Not even company-driven frameworks like the Zend Framework are prone to this; Zend_GData is/was rather unmaintained for a long time. Or frameworks where the proposal process and architecture are valued above all; I could point how broken ezcFeed is for me. Or general issues I see in projects where decisions are primarily driven by a single person — catch my drift?

This is not meant a pissing contest between frameworks, but I just can’t hear it anymore.

Developer-friendly

Is PHP generally developer-friendly?

At the expense of watering the term developer, I’d say yes.

It is extremely easy to get started — embed the following into a .php file:

There’s your PHP. It doesn’t require a custom webserver process, root server or anything else. It really doesn’t get any easier.

Are PHP frameworks easier than frameworks in [your other favorite language]?

Probably not! Or, hell no!

But that’s the barrier of entry to any if not all frameworks on the planet. Some frameworks allow you to write your own blog in 10 steps, but you will soon discover that writing your own blog is not a great indicator for a quality framework.

Indiciators are:

  • maintained code
  • coding standards
  • tests

And if I’m allowed a snarky remark — these are areas Drupal is literally just getting around to.

PHP vs PHP

Destruction breeds creation — but I get the impression that all these fights inside the PHP community don’t really make it foster more.

Fighting and trolling may be an art for some and I agree they are entertaining at times, but when it becomes the only way people communicate contribute then let me be clear: it doesn’t help.

The PHP community seems to be unaware how thriving PHP is and also its ecosystem.

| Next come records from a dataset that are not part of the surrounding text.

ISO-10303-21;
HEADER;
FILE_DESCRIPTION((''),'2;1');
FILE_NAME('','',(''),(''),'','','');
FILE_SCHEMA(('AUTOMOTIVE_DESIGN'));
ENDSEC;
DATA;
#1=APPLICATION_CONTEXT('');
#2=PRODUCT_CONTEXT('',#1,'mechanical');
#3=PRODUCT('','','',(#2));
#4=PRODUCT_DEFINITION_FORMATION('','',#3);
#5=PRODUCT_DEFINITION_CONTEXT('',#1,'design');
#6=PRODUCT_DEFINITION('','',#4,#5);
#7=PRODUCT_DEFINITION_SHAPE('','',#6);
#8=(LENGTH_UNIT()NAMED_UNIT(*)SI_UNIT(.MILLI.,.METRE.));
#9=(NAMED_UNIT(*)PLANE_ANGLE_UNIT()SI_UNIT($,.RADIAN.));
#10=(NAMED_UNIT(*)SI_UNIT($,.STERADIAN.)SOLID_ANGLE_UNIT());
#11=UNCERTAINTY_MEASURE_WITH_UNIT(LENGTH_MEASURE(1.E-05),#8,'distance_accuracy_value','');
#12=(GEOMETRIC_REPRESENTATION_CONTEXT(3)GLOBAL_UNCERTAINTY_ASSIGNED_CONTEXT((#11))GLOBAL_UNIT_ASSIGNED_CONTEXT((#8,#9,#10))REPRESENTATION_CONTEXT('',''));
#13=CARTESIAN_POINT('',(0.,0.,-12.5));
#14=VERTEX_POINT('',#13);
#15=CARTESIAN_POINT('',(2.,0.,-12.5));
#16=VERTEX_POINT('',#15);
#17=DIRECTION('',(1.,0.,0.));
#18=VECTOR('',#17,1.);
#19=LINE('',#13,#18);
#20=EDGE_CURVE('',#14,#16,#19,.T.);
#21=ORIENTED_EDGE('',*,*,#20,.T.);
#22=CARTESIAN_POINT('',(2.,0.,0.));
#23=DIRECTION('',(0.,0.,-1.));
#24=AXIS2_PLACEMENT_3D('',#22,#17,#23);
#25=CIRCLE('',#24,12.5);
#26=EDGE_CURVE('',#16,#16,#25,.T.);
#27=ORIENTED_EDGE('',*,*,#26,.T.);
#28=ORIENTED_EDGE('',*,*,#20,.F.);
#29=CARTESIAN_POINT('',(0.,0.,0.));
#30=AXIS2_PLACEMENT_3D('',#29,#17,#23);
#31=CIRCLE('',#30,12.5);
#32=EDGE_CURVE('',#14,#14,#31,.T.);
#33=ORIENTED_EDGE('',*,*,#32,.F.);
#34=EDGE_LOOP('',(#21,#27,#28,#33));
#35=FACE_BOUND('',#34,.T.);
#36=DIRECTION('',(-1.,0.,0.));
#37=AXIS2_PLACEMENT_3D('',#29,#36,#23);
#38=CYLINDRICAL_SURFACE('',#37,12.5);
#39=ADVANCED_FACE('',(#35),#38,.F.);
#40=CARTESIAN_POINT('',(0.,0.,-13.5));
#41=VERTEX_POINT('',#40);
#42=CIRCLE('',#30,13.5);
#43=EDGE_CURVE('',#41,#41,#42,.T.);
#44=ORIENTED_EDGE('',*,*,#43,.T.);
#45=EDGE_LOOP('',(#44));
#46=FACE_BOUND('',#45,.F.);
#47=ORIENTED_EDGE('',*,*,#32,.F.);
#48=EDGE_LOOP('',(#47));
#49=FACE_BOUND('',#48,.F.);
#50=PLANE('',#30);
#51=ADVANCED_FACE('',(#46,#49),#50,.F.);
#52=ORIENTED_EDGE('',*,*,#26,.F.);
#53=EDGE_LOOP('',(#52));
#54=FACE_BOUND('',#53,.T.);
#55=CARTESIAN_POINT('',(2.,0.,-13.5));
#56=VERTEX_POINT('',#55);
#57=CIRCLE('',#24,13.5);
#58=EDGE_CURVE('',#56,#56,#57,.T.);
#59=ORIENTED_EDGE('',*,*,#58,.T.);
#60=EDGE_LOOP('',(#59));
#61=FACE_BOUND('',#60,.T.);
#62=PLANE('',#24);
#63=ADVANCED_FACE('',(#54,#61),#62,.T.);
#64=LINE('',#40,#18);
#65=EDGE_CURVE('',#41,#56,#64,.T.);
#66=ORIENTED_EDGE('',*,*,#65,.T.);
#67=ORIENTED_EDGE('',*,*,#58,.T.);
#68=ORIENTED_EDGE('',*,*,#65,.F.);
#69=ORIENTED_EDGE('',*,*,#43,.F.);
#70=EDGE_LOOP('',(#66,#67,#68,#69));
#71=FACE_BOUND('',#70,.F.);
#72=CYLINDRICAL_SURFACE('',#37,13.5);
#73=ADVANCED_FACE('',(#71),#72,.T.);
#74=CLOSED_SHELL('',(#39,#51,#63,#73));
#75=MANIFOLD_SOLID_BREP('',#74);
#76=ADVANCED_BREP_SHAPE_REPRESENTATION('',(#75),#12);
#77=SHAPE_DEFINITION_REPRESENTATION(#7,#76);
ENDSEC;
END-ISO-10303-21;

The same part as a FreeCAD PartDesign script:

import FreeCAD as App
import Part
import Sketcher

V = App.Vector
Q = App.Units.Quantity

doc = App.newDocument("Part")
body = doc.addObject("PartDesign::Body", "Body")

# Sketch on YZ plane
sketch1 = body.newObject("Sketcher::SketchObject", "Sketch")
sketch1.AttachmentSupport = (doc.getObject("YZ_Plane"), [""])
sketch1.MapMode = "FlatFace"
sketch1.addGeometry([
    Part.Circle(V(0, 0, 0), V(0, 0, 1), 14),
    Part.Circle(V(0, 0, 0), V(0, 0, 1), 12),
], False)
sketch1.addConstraint([
    Sketcher.Constraint("Coincident", 0, 3, -1, 1),
    Sketcher.Constraint("Coincident", 1, 3, -1, 1),
    Sketcher.Constraint("Diameter", 0, Q("27 mm")),
    Sketcher.Constraint("Diameter", 1, Q("25 mm")),
])
pad1 = body.newObject("PartDesign::Pad", "Pad")
pad1.Profile = sketch1
pad1.Length = 2

doc.recompute()
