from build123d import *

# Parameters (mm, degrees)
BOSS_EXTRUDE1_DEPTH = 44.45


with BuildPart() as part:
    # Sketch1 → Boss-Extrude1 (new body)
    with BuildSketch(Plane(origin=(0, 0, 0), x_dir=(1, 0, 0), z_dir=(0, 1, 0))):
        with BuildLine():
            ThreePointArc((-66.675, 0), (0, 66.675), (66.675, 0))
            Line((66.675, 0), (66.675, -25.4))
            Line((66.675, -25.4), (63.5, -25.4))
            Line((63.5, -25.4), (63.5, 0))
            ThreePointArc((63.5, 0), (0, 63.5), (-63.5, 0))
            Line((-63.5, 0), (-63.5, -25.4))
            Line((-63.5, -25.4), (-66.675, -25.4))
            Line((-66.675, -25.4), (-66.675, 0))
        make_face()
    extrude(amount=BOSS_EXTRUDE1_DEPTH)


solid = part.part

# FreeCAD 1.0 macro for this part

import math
import FreeCAD as App
import Part
import Sketcher
from FreeCAD import Vector
Q = App.Units.Quantity

doc = App.newDocument("Part")
params = doc.addObject("Spreadsheet::Sheet", "Params")
for row, (alias, value) in enumerate([
    ("sketch1_radius", "2.5 in"),
    ("sketch1_height", "1 in"),
    ("sketch1_radius2", "2.625 in"),
    ("pad1_length", "1.75 in"),
], start=1):
    params.set(f"A{row}", alias)
    params.set(f"B{row}", "=" + value)
    params.setAlias(f"B{row}", alias)

body = doc.addObject("PartDesign::Body", "Body")

# Sketch on XZ plane
sketch1 = body.newObject("Sketcher::SketchObject", "Sketch")
sketch1.AttachmentSupport = (doc.getObject("XZ_Plane"), [""])
sketch1.MapMode = "FlatFace"
sketch1.addGeometry(Part.ArcOfCircle(Part.Circle(Vector(0, 0, 0), Vector(0, 0, 1), 66.7), math.radians(180), math.radians(360)), False)
sketch1.addGeometry(Part.LineSegment(Vector(-66.7, 0, 0), Vector(-66.7, 25.4, 0)), False)
sketch1.addGeometry(Part.LineSegment(Vector(-66.7, 25.4, 0), Vector(-63.5, 25.4, 0)), False)
sketch1.addGeometry(Part.LineSegment(Vector(-63.5, 25.4, 0), Vector(-63.5, 0, 0)), False)
sketch1.addGeometry(Part.ArcOfCircle(Part.Circle(Vector(0, 0, 0), Vector(0, 0, 1), 63.5), math.radians(180), math.radians(360)), False)
sketch1.addGeometry(Part.LineSegment(Vector(63.5, 0, 0), Vector(63.5, 25.4, 0)), False)
sketch1.addGeometry(Part.LineSegment(Vector(63.5, 25.4, 0), Vector(66.7, 25.4, 0)), False)
sketch1.addGeometry(Part.LineSegment(Vector(66.7, 25.4, 0), Vector(66.7, 0, 0)), False)
sketch1.addConstraint(Sketcher.Constraint("Tangent", 0, 1, 1, 1))
sketch1.addConstraint(Sketcher.Constraint("Coincident", 1, 2, 2, 1))
sketch1.addConstraint(Sketcher.Constraint("Coincident", 2, 2, 3, 1))
sketch1.addConstraint(Sketcher.Constraint("Tangent", 3, 2, 4, 1))
sketch1.addConstraint(Sketcher.Constraint("Tangent", 4, 2, 5, 1))
sketch1.addConstraint(Sketcher.Constraint("Coincident", 5, 2, 6, 1))
sketch1.addConstraint(Sketcher.Constraint("Coincident", 6, 2, 7, 1))
sketch1.addConstraint(Sketcher.Constraint("Tangent", 7, 2, 0, 2))
sketch1.addConstraint(Sketcher.Constraint("Vertical", 1))
sketch1.addConstraint(Sketcher.Constraint("Horizontal", 2))
sketch1.addConstraint(Sketcher.Constraint("Vertical", 3))
sketch1.addConstraint(Sketcher.Constraint("Vertical", 5))
sketch1.addConstraint(Sketcher.Constraint("Horizontal", 6))
sketch1.addConstraint(Sketcher.Constraint("Vertical", 7))
sketch1.addConstraint(Sketcher.Constraint("Coincident", 0, 3, -1, 1))
sketch1.addConstraint(Sketcher.Constraint("Coincident", 4, 3, -1, 1))
sketch1.addConstraint(Sketcher.Constraint("Horizontal", 2, 2, 5, 2))
sketch1.addConstraint(Sketcher.Constraint("Radius", 4, Q("2.5 in")))
sketch1.addConstraint(Sketcher.Constraint("DistanceY", 1, 1, 1, 2, Q("1 in")))
sketch1.addConstraint(Sketcher.Constraint("Radius", 0, Q("2.625 in")))
sketch1.setExpression("Constraints[17]", "Params.sketch1_radius")
sketch1.setExpression("Constraints[18]", "Params.sketch1_height")
sketch1.setExpression("Constraints[19]", "Params.sketch1_radius2")
pad1 = body.newObject("PartDesign::Pad", "Pad")
pad1.Profile = sketch1
pad1.setExpression("Length", "Params.pad1_length")
pad1.Reversed = True

doc.recompute()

People often mistake stabilization for decline. There’s nothing wrong if we don’t crank out five new major versions every year.

  • People in the real world are conservative anyway and adoption is slow. [Not a PHP-only problem either, just ask the Ruby folks.]
  • People in the real world don’t mind a more stable PHP environment, at the expense of buzzwords and all that crap.

Fin

In hindsight everyone always knew.

I feel like the more vocal people sharing their opinion, are pretty disconnected from the reality. That is dispite them running a magazine or a podcast about the community.

When people resort to flaming others in order to make themselves look smarter or their own project better, then that’s just poor judgement on their part. Projects often die off as fast as they came about.